Ultrasonic micromoulding: Process characterisation using extensive in-line monitoring for micro-scaled productsIndustry-standard quality management systems such as Six Sigma and emerging Industry 4.0 compliant production processes demonstrate the importance of in-line condition monitoring of manufacturing methods for achieving the highest levels of product quality. Measurement data collected as the process is running can inform the operator about unexpected changes in machine operation or raw materials that could negatively impact production; and offer an opportunity for a process control intervention to stabilise production. However, micro-manufacturing production lines can pose a challenging environment for deploying such systems, since processing events can occur extremely rapidly and in harsh environments. Moreover, the small scale of micro-nano featured components can make sensor installation even more problematic.
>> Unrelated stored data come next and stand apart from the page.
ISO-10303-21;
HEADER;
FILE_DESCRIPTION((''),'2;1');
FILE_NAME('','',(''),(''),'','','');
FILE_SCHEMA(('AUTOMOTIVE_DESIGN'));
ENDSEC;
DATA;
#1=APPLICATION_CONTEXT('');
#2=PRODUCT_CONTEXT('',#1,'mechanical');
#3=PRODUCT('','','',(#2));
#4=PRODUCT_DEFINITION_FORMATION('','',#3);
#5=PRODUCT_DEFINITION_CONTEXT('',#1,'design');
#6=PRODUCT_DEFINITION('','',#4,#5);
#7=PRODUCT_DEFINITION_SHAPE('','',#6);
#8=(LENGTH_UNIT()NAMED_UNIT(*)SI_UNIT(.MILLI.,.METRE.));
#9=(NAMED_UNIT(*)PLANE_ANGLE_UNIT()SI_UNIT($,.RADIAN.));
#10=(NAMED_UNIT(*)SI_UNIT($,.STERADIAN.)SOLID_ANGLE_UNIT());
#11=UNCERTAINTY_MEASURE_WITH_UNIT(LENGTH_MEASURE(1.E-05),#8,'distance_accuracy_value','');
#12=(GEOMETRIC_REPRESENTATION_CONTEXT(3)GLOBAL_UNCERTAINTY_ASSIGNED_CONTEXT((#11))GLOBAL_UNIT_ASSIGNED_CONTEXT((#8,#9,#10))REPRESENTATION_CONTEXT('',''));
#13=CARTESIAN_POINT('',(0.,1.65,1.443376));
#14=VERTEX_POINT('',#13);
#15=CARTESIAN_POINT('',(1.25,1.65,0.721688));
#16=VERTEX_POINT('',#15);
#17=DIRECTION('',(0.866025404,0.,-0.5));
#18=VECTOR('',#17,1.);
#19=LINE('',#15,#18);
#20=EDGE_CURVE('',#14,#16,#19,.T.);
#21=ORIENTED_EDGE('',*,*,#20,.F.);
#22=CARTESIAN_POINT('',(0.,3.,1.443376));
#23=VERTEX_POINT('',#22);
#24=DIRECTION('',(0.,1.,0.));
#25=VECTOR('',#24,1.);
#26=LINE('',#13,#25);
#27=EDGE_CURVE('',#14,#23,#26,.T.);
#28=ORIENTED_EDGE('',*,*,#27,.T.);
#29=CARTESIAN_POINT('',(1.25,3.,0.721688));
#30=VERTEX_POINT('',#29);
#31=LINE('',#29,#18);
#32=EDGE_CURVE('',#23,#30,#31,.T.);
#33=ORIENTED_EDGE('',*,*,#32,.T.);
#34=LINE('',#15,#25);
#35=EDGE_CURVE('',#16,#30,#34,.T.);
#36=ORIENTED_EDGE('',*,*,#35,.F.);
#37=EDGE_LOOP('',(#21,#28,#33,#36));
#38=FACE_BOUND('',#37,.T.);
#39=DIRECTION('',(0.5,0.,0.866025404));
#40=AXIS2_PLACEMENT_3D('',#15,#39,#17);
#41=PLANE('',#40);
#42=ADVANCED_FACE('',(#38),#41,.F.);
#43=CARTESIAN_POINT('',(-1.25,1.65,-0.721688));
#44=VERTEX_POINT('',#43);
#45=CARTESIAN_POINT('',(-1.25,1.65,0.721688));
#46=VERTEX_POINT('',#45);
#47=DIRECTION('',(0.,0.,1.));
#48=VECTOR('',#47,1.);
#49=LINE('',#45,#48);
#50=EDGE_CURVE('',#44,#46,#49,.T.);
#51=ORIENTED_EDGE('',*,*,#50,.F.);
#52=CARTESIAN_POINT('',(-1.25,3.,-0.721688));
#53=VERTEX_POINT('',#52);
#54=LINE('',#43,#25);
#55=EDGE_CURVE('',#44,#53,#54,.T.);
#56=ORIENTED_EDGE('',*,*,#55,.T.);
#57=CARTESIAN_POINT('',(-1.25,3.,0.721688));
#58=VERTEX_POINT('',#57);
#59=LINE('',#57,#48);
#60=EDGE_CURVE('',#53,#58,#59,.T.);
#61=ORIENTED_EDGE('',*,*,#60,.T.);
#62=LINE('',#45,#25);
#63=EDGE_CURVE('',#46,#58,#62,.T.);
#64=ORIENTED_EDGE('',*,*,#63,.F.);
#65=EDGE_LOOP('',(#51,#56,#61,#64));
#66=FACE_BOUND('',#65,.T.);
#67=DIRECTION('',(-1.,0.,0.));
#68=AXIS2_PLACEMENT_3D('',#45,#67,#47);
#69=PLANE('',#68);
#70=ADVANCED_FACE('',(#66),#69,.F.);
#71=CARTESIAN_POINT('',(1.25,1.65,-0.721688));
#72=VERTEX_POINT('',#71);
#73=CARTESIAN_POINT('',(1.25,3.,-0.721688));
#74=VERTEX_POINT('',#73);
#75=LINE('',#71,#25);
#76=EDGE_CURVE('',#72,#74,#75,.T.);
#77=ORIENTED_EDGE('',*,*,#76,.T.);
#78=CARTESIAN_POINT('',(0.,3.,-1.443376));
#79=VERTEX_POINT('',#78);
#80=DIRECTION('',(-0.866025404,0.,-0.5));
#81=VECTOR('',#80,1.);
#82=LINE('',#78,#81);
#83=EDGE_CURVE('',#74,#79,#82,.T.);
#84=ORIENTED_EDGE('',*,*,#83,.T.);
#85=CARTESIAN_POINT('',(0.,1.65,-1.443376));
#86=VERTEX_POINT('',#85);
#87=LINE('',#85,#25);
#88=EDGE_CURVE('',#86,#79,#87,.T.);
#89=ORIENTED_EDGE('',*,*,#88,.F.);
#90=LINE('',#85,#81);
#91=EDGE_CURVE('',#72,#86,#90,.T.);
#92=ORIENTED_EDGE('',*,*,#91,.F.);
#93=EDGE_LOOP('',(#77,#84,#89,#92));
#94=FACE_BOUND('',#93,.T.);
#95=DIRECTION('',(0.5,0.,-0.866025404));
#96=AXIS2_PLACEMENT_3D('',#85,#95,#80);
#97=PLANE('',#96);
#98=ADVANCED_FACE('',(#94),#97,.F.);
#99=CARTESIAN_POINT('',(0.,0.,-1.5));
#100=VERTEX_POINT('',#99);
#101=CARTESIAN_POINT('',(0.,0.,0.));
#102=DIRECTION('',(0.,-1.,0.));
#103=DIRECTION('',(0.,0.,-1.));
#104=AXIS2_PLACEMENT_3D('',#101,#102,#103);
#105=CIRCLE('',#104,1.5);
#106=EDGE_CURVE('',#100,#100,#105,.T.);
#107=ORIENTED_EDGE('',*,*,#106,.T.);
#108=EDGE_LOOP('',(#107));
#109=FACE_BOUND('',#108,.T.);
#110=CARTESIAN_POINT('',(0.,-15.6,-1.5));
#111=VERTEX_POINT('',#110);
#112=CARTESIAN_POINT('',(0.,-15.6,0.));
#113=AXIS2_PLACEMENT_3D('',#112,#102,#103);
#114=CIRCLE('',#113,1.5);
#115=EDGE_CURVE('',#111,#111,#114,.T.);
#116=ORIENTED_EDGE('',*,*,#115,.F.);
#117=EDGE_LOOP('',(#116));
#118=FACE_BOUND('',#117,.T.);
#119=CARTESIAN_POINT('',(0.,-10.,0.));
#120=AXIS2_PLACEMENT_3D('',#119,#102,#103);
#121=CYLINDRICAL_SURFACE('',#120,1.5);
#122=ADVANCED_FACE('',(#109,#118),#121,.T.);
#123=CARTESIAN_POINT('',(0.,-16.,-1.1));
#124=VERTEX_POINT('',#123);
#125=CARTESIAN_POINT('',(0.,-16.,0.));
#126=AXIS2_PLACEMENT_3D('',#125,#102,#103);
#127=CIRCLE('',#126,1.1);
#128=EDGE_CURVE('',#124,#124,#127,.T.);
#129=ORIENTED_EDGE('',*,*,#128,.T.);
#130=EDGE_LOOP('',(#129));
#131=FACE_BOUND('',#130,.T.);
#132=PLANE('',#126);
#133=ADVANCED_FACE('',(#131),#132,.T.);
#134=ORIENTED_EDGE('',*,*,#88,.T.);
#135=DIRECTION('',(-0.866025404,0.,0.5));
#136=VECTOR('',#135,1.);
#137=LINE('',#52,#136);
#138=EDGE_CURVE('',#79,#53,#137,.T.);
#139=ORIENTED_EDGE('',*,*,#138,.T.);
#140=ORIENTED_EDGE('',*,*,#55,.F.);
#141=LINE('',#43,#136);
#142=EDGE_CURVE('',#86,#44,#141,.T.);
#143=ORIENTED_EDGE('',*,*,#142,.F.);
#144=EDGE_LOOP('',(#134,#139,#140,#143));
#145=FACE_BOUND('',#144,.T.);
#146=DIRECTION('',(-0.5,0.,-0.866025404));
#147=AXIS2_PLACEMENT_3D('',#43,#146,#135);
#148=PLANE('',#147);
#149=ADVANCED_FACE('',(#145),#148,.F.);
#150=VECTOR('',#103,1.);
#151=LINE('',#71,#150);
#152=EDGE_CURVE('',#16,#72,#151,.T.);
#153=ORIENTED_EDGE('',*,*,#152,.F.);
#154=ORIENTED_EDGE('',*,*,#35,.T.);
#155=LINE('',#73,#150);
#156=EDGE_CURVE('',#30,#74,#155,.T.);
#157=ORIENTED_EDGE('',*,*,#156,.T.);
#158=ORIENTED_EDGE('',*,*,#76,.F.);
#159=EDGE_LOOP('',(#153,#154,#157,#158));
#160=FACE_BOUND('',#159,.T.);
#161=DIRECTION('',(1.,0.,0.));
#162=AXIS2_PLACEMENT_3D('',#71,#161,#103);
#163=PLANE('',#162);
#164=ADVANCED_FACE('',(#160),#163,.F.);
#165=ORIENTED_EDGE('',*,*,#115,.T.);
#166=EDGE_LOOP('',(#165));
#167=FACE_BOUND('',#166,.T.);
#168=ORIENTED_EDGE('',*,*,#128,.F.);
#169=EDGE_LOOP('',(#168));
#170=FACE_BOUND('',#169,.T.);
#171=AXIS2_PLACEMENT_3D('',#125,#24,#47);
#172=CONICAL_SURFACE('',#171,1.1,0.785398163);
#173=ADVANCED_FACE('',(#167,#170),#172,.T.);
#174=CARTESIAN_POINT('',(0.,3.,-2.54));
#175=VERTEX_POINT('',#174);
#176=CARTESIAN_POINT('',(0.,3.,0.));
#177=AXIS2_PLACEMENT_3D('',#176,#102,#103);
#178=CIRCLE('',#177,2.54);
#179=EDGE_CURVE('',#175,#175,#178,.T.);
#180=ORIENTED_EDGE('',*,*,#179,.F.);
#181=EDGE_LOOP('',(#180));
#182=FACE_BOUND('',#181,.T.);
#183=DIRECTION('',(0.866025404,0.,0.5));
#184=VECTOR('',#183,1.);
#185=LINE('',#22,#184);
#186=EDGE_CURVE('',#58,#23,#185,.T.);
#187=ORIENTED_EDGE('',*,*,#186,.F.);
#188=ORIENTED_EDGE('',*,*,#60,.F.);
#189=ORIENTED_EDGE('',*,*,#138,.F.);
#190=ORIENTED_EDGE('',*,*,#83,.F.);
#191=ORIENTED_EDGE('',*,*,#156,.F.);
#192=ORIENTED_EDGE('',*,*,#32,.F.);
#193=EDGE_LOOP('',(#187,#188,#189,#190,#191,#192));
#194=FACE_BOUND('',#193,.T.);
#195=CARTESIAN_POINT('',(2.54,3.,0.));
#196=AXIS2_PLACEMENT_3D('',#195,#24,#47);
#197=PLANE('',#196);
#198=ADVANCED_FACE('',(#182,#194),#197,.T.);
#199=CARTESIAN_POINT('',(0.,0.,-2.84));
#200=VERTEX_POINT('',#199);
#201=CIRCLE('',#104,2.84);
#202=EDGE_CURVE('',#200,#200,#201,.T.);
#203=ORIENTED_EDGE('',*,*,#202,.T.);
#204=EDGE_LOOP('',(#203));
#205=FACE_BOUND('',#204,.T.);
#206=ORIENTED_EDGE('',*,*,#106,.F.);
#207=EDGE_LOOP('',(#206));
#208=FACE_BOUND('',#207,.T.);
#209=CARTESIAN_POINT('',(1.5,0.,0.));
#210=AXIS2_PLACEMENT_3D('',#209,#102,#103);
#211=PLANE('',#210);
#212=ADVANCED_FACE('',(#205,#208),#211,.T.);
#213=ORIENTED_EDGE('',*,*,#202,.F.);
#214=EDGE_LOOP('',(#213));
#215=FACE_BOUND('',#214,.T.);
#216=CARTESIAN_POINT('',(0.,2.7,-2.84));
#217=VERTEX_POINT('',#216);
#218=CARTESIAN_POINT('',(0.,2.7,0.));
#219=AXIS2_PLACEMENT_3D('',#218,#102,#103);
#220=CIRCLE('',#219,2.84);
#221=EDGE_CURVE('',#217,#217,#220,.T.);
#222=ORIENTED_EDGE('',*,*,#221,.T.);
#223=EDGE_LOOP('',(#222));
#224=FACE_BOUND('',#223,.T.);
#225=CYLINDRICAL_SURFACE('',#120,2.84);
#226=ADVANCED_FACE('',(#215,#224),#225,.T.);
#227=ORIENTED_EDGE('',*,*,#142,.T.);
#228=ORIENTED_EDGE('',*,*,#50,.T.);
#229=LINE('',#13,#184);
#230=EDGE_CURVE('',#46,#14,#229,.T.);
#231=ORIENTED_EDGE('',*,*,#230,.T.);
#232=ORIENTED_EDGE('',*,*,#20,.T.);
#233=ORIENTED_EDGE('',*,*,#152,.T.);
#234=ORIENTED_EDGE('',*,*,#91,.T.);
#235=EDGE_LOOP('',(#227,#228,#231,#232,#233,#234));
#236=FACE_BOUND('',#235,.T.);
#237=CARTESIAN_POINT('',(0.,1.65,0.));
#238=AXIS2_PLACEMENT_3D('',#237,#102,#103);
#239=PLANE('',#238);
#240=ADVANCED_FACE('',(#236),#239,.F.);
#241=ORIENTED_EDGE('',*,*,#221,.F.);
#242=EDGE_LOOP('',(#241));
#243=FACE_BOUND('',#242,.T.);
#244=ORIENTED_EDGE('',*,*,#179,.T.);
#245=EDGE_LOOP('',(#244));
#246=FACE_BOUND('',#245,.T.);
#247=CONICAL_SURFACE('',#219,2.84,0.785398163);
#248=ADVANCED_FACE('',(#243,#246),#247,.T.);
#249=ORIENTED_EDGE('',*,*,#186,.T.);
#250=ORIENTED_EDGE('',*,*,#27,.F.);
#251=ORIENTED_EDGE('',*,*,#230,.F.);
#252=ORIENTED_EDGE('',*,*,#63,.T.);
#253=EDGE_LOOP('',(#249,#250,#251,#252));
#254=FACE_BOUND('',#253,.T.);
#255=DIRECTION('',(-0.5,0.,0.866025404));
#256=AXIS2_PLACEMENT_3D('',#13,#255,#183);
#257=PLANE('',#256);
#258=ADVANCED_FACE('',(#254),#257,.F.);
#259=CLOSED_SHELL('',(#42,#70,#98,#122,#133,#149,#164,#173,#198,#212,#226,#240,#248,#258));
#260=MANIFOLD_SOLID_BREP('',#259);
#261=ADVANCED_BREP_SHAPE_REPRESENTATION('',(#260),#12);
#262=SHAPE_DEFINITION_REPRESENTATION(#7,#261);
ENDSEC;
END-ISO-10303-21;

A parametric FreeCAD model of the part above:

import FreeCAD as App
import Part
import Sketcher
from FreeCAD import Vector
Q = App.Units.Quantity

doc = App.newDocument("Part")
params = doc.addObject("Spreadsheet::Sheet", "Params")
for row, (alias, value) in enumerate([
    ("sketch1_height", "19 mm"),
    ("sketch1_width", "1.1 mm"),
    ("sketch1_height2", "15.6 mm"),
    ("sketch1_height3", "2.7 mm"),
    ("sketch1_width2", "1.34 mm"),
    ("revolution_angle", "360 deg"),
    ("pocket1_length", "1.35 mm"),
], start=1):
    params.set(f"A{row}", alias)
    params.set(f"B{row}", "=" + value)
    params.setAlias(f"B{row}", alias)

body = doc.addObject("PartDesign::Body", "Body")

# Sketch on XY plane
sketch1 = body.newObject("Sketcher::SketchObject", "Sketch")
sketch1.AttachmentSupport = (doc.getObject("XY_Plane"), [""])
sketch1.MapMode = "FlatFace"
sketch1.addGeometry([
    Part.LineSegment(Vector(0, -16, 0), Vector(1.1, -16, 0)),  # 0
    Part.LineSegment(Vector(1.1, -16, 0), Vector(1.5, -15.6, 0)),  # 1
    Part.LineSegment(Vector(1.5, -15.6, 0), Vector(1.5, 0, 0)),  # 2
    Part.LineSegment(Vector(1.5, 0, 0), Vector(2.84, 0, 0)),  # 3
    Part.LineSegment(Vector(2.84, 0, 0), Vector(2.84, 2.7, 0)),  # 4
    Part.LineSegment(Vector(2.84, 2.7, 0), Vector(2.54, 3, 0)),  # 5
    Part.LineSegment(Vector(2.54, 3, 0), Vector(0, 3, 0)),  # 6
    Part.LineSegment(Vector(0, 3, 0), Vector(0, -16, 0)),  # 7
], False)
sketch1.addConstraint([
    Sketcher.Constraint("Coincident", 0, 2, 1, 1),
    Sketcher.Constraint("Coincident", 1, 2, 2, 1),
    Sketcher.Constraint("Coincident", 2, 2, 3, 1),
    Sketcher.Constraint("Coincident", 3, 2, 4, 1),
    Sketcher.Constraint("Coincident", 4, 2, 5, 1),
    Sketcher.Constraint("Coincident", 5, 2, 6, 1),
    Sketcher.Constraint("Coincident", 6, 2, 7, 1),
    Sketcher.Constraint("Coincident", 7, 2, 0, 1),
    Sketcher.Constraint("Horizontal", 0),
    Sketcher.Constraint("Vertical", 2),
    Sketcher.Constraint("Horizontal", 3),
    Sketcher.Constraint("Vertical", 4),
    Sketcher.Constraint("Horizontal", 6),
    Sketcher.Constraint("Vertical", 7),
Recently, ultrasonic micromoulding has drawn attention in niche markets due to its unique advantages for processing thermoplastics as a new micro-manufacturing technology. The process differs from conventional moulding significantly by eliminating the need for a plasticising screw and using direct application of ultrasonic energy to melt the polymer. This offers numerous benefits such as decrease in energy usage, moulding at lower pressures, easier cleaning, and reduced material residence times, the latter which could be beneficial for pharma-grade polymers or polymers with active ingredients. However, very little work has been reported attempting to monitor the process using in-line measurements. This work aims to evaluate the characteristics of the ultrasonic micromoulding process for microinjection moulding of a microneedle array using a range of sensor technologies including: data recorded by the machine controller; a high-speed thermal camera and a cavity pressure transducer. The data has captured the highly dynamic process environment with a high degree of accuracy. The relationship between the process data and dimensional quality of the ultrasonically micromoulded products has been quantified and subsequently implemented as a cost-effective in-line quality assurance method.